We observed that contextual changes disrupted our production activity and reduced the comfort of our teams.
We are experimenting with the possibility of allowing robots to anticipate these contextual changes by monitoring activity in real time and by defining thresholds which trigger some communication (email alert, conversational bot, etc.).
In order to improve Human(s)-Machine(s) interactions and to develop a form of reactivity and therefore adaptability, we are also currently working on the gamification process of the activity (prioritization badge, point by task, specific status of the contributor, ...).
We will talk again about these aspects of Community Management in 2022.
What about Trust?
The authors point to the concept of trust as central to the quality of Human(s)-Machine(s) interactions. (Tellex et al., 2020)
We have spoken a lot about trust all along this post. However we have not defined it.
What is it exactly? How do you define “Trust”? Some kind of scoring? and for which purpose? Moreover it does not appear in the Human(s)-Machine(s) Team model we saw earlier.
In social science, trust is tightly related to psychology and sociology. Not to bots :) And that’s were we start understanding the huge challenge here.
Depending on your level of trust (as a trustor) towards your teammate (trustee) you will inevitably
Adjust your communication (level, tone, content, frequency)
Adapt your behaviour (more precautions, more empathy, etc.)
Coordinate with a smaller granularity (low level of trust = higher risk probability feeling)
New model and next steps
That’s why we would like to suggest a new generic model here in order to highlight the importance of trust :
In the future, we would like to implement and study some “trust scoring” for both humans AND bots so that we can create :
a better contextual model depending of this level of trust.

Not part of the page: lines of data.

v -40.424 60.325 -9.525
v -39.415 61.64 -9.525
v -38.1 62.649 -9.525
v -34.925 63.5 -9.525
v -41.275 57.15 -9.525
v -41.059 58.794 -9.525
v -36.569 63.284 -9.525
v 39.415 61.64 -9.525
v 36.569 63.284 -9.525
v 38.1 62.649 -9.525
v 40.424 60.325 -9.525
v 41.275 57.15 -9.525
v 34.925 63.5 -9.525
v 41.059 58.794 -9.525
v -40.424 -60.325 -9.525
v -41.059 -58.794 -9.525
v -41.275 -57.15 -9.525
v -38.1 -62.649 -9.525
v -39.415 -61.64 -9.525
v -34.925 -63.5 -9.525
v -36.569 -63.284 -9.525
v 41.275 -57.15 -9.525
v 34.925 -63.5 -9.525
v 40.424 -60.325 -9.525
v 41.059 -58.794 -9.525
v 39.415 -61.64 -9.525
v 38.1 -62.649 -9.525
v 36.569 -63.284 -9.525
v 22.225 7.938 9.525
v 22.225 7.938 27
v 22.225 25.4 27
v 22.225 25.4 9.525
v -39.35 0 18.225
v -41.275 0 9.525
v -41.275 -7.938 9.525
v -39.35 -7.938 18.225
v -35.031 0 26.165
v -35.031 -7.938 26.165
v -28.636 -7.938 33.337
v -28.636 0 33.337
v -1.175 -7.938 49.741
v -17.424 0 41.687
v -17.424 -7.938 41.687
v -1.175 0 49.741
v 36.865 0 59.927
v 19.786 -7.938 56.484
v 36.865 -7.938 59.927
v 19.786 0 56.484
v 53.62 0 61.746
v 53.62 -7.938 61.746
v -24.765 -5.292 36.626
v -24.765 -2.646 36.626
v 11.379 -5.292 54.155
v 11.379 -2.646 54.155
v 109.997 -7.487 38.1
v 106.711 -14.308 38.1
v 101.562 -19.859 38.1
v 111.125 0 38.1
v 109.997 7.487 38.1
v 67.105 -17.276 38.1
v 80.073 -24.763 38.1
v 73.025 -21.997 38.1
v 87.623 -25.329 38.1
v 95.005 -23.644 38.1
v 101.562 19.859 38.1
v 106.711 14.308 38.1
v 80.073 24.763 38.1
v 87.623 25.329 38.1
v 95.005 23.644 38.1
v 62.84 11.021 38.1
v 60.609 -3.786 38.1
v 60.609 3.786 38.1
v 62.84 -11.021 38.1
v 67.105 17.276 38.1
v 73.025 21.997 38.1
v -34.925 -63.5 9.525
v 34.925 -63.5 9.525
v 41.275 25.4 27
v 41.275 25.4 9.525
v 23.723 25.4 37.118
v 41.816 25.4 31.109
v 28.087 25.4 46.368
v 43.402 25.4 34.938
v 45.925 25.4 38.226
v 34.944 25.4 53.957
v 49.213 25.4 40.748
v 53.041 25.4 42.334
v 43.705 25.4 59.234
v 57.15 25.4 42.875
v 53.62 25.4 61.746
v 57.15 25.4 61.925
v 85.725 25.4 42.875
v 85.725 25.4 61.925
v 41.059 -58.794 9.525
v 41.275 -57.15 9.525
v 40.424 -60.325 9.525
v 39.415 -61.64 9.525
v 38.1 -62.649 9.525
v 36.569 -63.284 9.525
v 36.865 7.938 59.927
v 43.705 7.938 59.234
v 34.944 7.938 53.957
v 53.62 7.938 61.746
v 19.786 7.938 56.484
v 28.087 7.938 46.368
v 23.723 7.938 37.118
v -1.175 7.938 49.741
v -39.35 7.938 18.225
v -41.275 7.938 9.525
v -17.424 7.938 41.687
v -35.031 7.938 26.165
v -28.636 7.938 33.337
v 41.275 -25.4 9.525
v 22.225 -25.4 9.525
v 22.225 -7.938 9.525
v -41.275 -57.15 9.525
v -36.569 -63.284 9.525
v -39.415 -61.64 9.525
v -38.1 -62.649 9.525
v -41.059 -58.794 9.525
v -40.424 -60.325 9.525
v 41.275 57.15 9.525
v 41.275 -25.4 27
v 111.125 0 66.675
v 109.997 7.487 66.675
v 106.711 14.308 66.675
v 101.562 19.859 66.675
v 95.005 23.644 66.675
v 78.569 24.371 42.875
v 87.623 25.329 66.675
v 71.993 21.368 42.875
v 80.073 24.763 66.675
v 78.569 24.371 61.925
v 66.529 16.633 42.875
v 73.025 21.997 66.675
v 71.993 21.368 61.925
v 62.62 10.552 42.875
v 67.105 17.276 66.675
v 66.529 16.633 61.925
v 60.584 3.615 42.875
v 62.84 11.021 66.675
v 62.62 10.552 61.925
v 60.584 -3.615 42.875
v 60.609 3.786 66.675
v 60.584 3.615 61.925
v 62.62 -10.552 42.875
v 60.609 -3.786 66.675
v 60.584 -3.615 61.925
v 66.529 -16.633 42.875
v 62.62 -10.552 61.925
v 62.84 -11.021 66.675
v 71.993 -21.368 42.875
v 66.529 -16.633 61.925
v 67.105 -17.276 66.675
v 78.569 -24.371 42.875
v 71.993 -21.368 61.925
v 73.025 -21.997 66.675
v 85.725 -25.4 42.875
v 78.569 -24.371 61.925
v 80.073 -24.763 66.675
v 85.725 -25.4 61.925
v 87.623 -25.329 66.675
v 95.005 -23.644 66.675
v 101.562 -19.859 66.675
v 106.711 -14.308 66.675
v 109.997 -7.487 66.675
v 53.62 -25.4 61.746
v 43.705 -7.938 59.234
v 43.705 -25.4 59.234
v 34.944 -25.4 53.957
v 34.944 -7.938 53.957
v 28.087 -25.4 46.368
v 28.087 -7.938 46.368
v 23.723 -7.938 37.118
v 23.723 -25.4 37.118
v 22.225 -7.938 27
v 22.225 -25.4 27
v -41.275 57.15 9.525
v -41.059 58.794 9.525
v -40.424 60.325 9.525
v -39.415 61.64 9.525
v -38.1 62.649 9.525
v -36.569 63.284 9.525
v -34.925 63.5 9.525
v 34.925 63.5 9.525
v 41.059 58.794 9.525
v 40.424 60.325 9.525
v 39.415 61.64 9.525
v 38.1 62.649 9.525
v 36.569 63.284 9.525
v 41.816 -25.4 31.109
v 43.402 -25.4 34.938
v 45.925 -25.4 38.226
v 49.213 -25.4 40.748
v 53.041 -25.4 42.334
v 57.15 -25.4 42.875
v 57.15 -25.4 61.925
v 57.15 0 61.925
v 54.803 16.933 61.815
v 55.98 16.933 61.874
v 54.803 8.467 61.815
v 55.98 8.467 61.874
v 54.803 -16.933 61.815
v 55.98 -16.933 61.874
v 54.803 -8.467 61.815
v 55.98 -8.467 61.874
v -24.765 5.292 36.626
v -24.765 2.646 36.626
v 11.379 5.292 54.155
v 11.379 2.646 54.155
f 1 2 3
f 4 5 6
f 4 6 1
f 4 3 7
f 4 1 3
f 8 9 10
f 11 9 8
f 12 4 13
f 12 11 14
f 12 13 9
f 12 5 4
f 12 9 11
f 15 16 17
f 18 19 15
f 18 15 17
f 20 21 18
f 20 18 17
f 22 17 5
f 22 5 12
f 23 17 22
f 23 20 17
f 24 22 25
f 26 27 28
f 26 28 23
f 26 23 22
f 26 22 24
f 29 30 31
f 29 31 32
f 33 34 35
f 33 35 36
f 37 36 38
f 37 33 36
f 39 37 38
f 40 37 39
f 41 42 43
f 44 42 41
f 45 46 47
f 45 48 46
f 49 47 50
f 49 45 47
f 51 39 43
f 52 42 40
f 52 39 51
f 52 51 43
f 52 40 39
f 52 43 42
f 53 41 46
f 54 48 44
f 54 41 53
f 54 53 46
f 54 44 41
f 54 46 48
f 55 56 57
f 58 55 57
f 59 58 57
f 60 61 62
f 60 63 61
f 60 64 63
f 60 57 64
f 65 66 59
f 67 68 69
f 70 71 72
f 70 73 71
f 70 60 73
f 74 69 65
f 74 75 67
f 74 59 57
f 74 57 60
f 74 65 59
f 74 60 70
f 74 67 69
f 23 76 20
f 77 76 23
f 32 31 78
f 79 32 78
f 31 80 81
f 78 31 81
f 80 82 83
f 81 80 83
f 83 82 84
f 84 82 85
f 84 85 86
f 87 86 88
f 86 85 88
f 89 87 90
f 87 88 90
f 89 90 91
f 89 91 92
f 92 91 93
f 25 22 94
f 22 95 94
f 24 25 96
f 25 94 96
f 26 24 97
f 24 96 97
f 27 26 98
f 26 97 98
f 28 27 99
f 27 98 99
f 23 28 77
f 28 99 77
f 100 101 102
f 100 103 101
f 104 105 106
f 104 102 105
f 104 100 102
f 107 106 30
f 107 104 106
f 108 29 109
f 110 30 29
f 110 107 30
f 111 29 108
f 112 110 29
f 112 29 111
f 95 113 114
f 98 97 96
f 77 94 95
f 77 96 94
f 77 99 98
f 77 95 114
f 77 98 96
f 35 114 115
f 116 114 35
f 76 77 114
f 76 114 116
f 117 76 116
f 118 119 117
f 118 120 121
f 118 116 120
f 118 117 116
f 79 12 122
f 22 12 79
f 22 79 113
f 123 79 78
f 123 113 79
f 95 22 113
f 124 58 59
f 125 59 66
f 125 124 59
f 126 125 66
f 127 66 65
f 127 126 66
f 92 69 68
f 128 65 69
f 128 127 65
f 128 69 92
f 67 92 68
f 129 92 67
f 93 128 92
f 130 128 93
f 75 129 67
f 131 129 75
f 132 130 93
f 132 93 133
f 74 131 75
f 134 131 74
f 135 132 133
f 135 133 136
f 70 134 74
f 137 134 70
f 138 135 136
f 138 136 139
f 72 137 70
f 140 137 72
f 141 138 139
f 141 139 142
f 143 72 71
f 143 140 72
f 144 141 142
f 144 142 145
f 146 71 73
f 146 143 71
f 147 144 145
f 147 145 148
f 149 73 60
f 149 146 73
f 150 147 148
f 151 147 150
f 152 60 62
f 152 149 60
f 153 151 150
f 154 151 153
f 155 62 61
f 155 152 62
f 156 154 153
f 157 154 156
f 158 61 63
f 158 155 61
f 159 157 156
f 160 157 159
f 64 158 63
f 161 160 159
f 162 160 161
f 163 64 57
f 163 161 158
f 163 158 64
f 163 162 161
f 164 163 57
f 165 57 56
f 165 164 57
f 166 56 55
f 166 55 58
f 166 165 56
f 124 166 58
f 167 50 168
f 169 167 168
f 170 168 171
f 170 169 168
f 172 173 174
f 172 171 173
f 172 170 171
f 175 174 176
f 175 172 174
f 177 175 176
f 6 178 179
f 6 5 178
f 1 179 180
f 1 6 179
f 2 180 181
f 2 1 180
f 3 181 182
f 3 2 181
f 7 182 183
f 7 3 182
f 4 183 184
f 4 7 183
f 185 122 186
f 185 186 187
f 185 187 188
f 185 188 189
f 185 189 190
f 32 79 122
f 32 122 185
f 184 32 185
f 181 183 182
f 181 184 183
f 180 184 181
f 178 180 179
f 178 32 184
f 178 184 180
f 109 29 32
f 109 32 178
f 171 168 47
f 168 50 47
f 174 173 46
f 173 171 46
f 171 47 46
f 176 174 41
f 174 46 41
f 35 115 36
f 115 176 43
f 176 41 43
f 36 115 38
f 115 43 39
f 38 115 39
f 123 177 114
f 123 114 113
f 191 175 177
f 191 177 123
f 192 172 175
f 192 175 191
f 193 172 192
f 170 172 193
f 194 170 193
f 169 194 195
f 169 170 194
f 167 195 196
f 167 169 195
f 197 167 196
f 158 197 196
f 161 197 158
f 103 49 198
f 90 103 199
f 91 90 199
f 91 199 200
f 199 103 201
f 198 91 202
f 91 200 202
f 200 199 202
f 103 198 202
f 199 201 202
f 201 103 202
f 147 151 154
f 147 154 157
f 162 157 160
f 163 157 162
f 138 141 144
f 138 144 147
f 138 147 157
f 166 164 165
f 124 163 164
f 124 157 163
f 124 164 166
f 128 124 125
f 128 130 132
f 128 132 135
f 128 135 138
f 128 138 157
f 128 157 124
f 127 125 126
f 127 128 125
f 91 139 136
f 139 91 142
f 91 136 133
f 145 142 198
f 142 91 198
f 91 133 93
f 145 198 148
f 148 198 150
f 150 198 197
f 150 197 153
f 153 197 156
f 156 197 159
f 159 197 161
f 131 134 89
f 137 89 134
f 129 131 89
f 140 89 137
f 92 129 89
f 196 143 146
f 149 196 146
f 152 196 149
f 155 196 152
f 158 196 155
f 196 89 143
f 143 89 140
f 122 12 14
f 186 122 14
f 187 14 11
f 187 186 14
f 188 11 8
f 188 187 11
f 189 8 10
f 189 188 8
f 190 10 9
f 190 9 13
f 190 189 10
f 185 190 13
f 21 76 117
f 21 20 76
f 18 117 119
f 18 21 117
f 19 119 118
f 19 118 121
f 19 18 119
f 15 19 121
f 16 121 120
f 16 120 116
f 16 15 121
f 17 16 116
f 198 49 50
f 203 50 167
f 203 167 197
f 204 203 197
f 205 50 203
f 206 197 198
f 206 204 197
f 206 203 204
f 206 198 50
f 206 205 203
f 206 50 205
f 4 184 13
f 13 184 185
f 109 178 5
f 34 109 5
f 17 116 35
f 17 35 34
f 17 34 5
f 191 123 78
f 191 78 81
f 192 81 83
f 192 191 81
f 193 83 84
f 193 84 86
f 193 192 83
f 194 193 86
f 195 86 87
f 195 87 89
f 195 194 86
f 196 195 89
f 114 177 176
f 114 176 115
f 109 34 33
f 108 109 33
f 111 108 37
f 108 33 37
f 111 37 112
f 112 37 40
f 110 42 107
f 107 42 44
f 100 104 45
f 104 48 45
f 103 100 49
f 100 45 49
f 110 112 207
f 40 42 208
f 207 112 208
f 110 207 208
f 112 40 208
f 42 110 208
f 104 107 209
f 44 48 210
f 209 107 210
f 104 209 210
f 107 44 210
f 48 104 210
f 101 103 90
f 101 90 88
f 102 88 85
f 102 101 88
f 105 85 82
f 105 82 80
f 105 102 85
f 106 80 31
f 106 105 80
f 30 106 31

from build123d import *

# Parameters (mm, degrees)
F1_DEPTH = 63.5
F2_DEPTH = 25.4
F0_W     = 25.4
F0_H     = 19.05
F3_DEPTH = 25.4
F4_DEPTH = 7.9375
F6_R     = 6.35


with BuildPart() as f1:
    # F0 (on Front) → F1 (new body, symmetric)
    with BuildSketch(Plane.XZ):
        Polygon((-41.275, 9.525), (-41.275, -9.525), (41.275, -9.525), (41.275, 9.525), (22.225, 9.525), align=None)
    extrude(amount=F1_DEPTH, both=True)

    # F0 (on Front) → F2 (join, symmetric)
    with BuildSketch(Plane.XZ):
        with BuildLine():
            Line((22.225, 9.525), (41.275, 9.525))
            Line((41.275, 9.525), (41.275, 27.0002))
            ThreePointArc((41.275, 27.0002), (45.9246798487, 38.2255201513), (57.15, 42.8752))
            Line((57.15, 42.8752), (60.325, 42.8752))
            Line((60.325, 42.8752), (60.325, 61.9252))
            Line((60.325, 61.9252), (57.15, 61.9252))
            add(Edge.make_bspline(
                [(53.6196332625, 61.7463096484), (54.8063742239, 61.8190464484), (55.9836636447, 61.878690137), (57.15, 61.9252)],
                knots=[108.3511799564, 108.3511799564, 108.3511799564, 108.3511799564, 111.5045361635, 111.5045361635, 111.5045361635, 111.5045361635], degree=3))
            ThreePointArc((53.6196332625, 61.7463096484), (31.2361650531, 50.4144858816), (22.225, 27.0002))
            Line((22.225, 27.0002), (22.225, 9.525))
        make_face()
    extrude(amount=F2_DEPTH, both=True)

    # F0 (on Front) → F3 (join, symmetric)
    with BuildSketch(Plane.XZ):
        with Locations((73.025, 52.4002)):
            Rectangle(F0_W, F0_H)
    extrude(amount=F3_DEPTH, both=True)

    # F0 (on Front) → F4 (join, symmetric)
    with BuildSketch(Plane.XZ):
        with BuildLine():
            add(Edge.make_bspline(
                [(-41.275, 9.525), (-39.0935689496, 41.2893669107), (12.8425135763, 59.2470302808), (53.6196332625, 61.7463096484)],
                knots=[0, 0, 0, 0, 108.3511799564, 108.3511799564, 108.3511799564, 108.3511799564], degree=3))
            Line((-41.275, 9.525), (22.225, 9.525))
            Line((22.225, 9.525), (22.225, 27.0002))
            ThreePointArc((22.225, 27.0002), (31.2361650531, 50.4144858816), (53.6196332625, 61.7463096484))
        make_face()
    extrude(amount=F4_DEPTH, both=True)

    # F0 (on Front) → F5 (revolve)
    with BuildSketch(Plane.XZ):
        Polygon((85.725, 66.675), (85.725, 61.9252), (85.725, 42.8752), (85.725, 38.1), (111.125, 38.1), (111.125, 66.675), align=None)
    revolve(axis=Axis((85.725, 0, 52.3875), (0, 0, 1)))

    # F6
    f6_edges = [f1.edges().sort_by_distance(p)[0] for p in [
        (41.275, -63.5, 0),
        (41.275, 63.5, 0),
        (-41.275, -63.5, 0),
        (-41.275, 63.5, 0),
    ]]
    fillet(f6_edges, radius=F6_R)


solid = f1.part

better behavior rules for adaptation / communication / coordination given this trust context
For example :
Someone who just joined the community can not be trusted by default, at least regarding all the processes and cultural knowledge that he would acquire later (Distributed onboarding in IT Teams is another great research challenge and one of our topics) and takes a lot of time & effort but this is another topic).

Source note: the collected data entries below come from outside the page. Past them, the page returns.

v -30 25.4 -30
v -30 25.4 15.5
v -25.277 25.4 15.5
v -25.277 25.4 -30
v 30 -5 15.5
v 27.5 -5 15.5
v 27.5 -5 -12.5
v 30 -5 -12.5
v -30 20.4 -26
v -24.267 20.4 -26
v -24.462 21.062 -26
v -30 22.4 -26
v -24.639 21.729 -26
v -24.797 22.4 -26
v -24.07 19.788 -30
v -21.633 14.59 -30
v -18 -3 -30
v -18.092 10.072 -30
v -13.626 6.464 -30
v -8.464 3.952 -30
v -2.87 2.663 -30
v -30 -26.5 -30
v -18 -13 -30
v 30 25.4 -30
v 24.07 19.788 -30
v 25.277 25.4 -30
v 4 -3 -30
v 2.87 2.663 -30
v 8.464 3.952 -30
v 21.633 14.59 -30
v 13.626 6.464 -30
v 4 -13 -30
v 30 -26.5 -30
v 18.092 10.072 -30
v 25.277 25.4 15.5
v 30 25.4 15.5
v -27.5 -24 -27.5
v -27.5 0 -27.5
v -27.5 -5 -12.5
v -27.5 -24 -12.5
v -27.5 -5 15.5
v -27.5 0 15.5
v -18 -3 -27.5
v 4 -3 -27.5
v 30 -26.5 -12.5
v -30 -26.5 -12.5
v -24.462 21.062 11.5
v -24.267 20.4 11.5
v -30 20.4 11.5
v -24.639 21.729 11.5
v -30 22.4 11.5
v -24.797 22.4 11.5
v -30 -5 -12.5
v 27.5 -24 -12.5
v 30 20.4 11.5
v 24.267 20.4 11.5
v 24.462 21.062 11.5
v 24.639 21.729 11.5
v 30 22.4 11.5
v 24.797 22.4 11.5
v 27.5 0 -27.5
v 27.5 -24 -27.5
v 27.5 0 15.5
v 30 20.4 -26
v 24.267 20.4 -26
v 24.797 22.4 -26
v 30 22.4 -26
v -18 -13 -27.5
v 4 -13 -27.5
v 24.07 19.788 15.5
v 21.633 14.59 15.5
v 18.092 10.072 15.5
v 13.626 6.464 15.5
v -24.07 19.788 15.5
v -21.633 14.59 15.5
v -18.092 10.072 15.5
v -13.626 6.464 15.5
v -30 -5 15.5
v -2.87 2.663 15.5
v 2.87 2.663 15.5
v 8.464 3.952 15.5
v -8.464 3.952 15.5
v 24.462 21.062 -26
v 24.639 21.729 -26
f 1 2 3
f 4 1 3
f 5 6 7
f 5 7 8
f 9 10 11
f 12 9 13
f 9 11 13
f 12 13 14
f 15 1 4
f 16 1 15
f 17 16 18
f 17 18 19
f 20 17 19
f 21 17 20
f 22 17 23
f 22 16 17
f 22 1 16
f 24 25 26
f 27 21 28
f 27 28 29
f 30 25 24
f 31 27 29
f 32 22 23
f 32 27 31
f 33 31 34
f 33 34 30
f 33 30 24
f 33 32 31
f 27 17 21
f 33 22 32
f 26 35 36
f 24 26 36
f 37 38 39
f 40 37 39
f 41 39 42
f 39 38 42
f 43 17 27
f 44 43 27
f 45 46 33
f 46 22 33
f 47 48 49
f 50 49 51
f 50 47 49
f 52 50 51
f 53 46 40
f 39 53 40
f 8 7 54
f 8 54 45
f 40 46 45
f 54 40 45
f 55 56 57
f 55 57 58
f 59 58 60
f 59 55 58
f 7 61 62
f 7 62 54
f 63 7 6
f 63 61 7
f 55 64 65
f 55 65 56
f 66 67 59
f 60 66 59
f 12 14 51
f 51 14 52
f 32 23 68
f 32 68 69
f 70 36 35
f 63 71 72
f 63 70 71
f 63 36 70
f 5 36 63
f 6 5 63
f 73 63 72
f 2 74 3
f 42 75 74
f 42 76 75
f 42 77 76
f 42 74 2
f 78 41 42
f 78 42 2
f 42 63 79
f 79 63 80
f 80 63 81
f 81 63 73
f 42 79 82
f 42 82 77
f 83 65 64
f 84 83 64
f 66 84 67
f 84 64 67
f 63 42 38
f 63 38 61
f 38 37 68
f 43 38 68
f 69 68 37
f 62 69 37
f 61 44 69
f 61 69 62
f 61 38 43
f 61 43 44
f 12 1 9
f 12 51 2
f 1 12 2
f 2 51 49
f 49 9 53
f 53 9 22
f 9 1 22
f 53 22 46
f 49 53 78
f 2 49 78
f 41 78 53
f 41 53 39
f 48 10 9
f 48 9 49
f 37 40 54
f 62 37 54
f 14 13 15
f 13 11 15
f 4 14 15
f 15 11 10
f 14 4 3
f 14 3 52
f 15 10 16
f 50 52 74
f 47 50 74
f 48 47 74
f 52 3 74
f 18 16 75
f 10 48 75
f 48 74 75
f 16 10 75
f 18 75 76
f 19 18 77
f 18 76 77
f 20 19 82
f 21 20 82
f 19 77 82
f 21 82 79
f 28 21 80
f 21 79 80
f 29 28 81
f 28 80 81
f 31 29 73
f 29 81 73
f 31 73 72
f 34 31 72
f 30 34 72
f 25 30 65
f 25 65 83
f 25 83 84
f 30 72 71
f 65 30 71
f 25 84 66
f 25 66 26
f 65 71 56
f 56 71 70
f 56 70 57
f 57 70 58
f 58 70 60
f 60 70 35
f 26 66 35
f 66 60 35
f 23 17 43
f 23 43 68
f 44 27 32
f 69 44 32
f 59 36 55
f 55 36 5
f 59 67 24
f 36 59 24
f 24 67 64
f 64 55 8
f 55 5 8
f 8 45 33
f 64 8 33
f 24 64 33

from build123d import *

# Parameters (mm, degrees)
F0_W      = 55
F0_H      = 55
F1_DEPTH  = 24
F2_W      = 60
F2_H      = 29
F3_DEPTH  = 2.5
F4_DEPTH  = 15
F5_W      = 22
F5_H      = 10
F6_DEPTH  = 2.5
F7_W      = 2.5
F7_H      = 5
F8_DEPTH  = 28
F9_DEPTH  = 25.4
F11_DEPTH = 46
F12_W     = 2
F12_H     = 37.5
F13_DEPTH = 60
F14_DEPTH = 24


with BuildPart() as f1:
    # F0 (on Front) → F1 (new body)
    with BuildSketch(Plane.XZ):
        Rectangle(F0_W, F0_H)
    extrude(amount=F1_DEPTH)

    # F2 (on face) → F3 (join)
    with BuildSketch(Plane(origin=(0, 0, -27.5), x_dir=(1, 0, 0), z_dir=(0, 0, -1))):
        with Locations((0, 12)):
            Rectangle(F2_W, F2_H)
    extrude(amount=F3_DEPTH)

    # F2 (on face) → F4 (join)
    with BuildSketch(Plane(origin=(0, 0, -27.5), x_dir=(1, 0, 0), z_dir=(0, 0, -1))):
        with Locations((0, 12)):
            Rectangle(F2_W, F2_H)
    extrude(amount=-F4_DEPTH)

    # F5 (on face) → F6 (cut)
    with BuildSketch(Plane(origin=(0, 0, -30), x_dir=(1, 0, 0), z_dir=(0, 0, -1))):
        with Locations((-7, 8)):
            Rectangle(F5_W, F5_H)
    extrude(amount=-F6_DEPTH, mode=Mode.SUBTRACT)

    # F7 (on face) → F8 (join)
    with BuildSketch(Plane.XY.offset(-12.5)):
        Polygon((30, 2.5), (-30, 2.5), (-30, 0), (-27.5, 0), (27.5, 0), (30, 0), align=None)
        with Locations((-28.75, -2.5)):
            Rectangle(F7_W, F7_H)
        with Locations((28.75, -2.5)):
            Rectangle(F7_W, F7_H)
    extrude(amount=F8_DEPTH)

    # F9 (add): a face of the model
    f9_faces = [f1.faces().sort_by_distance(p)[0] for p in [
        (0, 2.5, -7.25),
    ]]
    extrude(f9_faces, amount=F9_DEPTH)

    # F10 (on face) → F11 (cut)
    with BuildSketch(Plane.XY.offset(15.5)):
        with BuildLine():
            Line((-25.4, 27.9), (25.4, 27.9))
            ThreePointArc((25.4, 27.9), (0, 53.3), (-25.4, 27.9))
        make_face()
        with BuildLine():
            Line((30, 27.9), (25.4, 27.9))
            ThreePointArc((25.4, 27.9), (25.3691485346, 26.6484798728), (25.2766690844, 25.4))
            Line((25.2766690844, 25.4), (30, 25.4))
            Line((30, 25.4), (30, 27.9))
        make_face()
        with BuildLine():
            ThreePointArc((25.2766690844, 25.4), (25.3691485346, 26.6484798728), (25.4, 27.9))
            Line((25.4, 27.9), (-25.4, 27.9))
            ThreePointArc((-25.4, 27.9), (-25.3691485346, 26.6484798728), (-25.2766690844, 25.4))
            Line((-25.2766690844, 25.4), (25.2766690844, 25.4))
        make_face()
        with BuildLine():
            ThreePointArc((-25.2766690844, 25.4), (-25.3691485346, 26.6484798728), (-25.4, 27.9))
            Line((-25.4, 27.9), (-30, 27.9))
            Line((-30, 27.9), (-30, 25.4))
            Line((-30, 25.4), (-25.2766690844, 25.4))
        make_face()
        with BuildLine():
            ThreePointArc((-25.2766690844, 25.4), (0, 2.5), (25.2766690844, 25.4))
            Line((25.2766690844, 25.4), (-25.2766690844, 25.4))
        make_face()
    extrude(amount=-F11_DEPTH, mode=Mode.SUBTRACT)

    # F12 (on face) → F13 (cut)
    with BuildSketch(Plane.YZ.offset(30)):
        with Locations((21.4, -7.25)):
            Rectangle(F12_W, F12_H)
    extrude(amount=-F13_DEPTH, mode=Mode.SUBTRACT)

    # F0 (on Front) → F14 (cut)
    with BuildSketch(Plane.XZ):
        Rectangle(F0_W, F0_H)
    extrude(amount=F14_DEPTH, mode=Mode.SUBTRACT)


solid = f1.part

Same level for a robot based on Machine Learning and which has not been trained enough yet (Eg : Deep learning for TimeSeries forecasting is another interesting research topic).
Suggest to someone to communicate with someone else when an event is triggered or a threshold is passed. For example : use NLP (Natural Language Processing) to detect some frustration from someone in a community and suggest to the given customer success manager of this community to communicate & check directly what’s happening there.
Trust scoring could then be updated by all the monitored activity of both humans and bots and their teaming interactions (Gamification topics related to Community management challenges like here).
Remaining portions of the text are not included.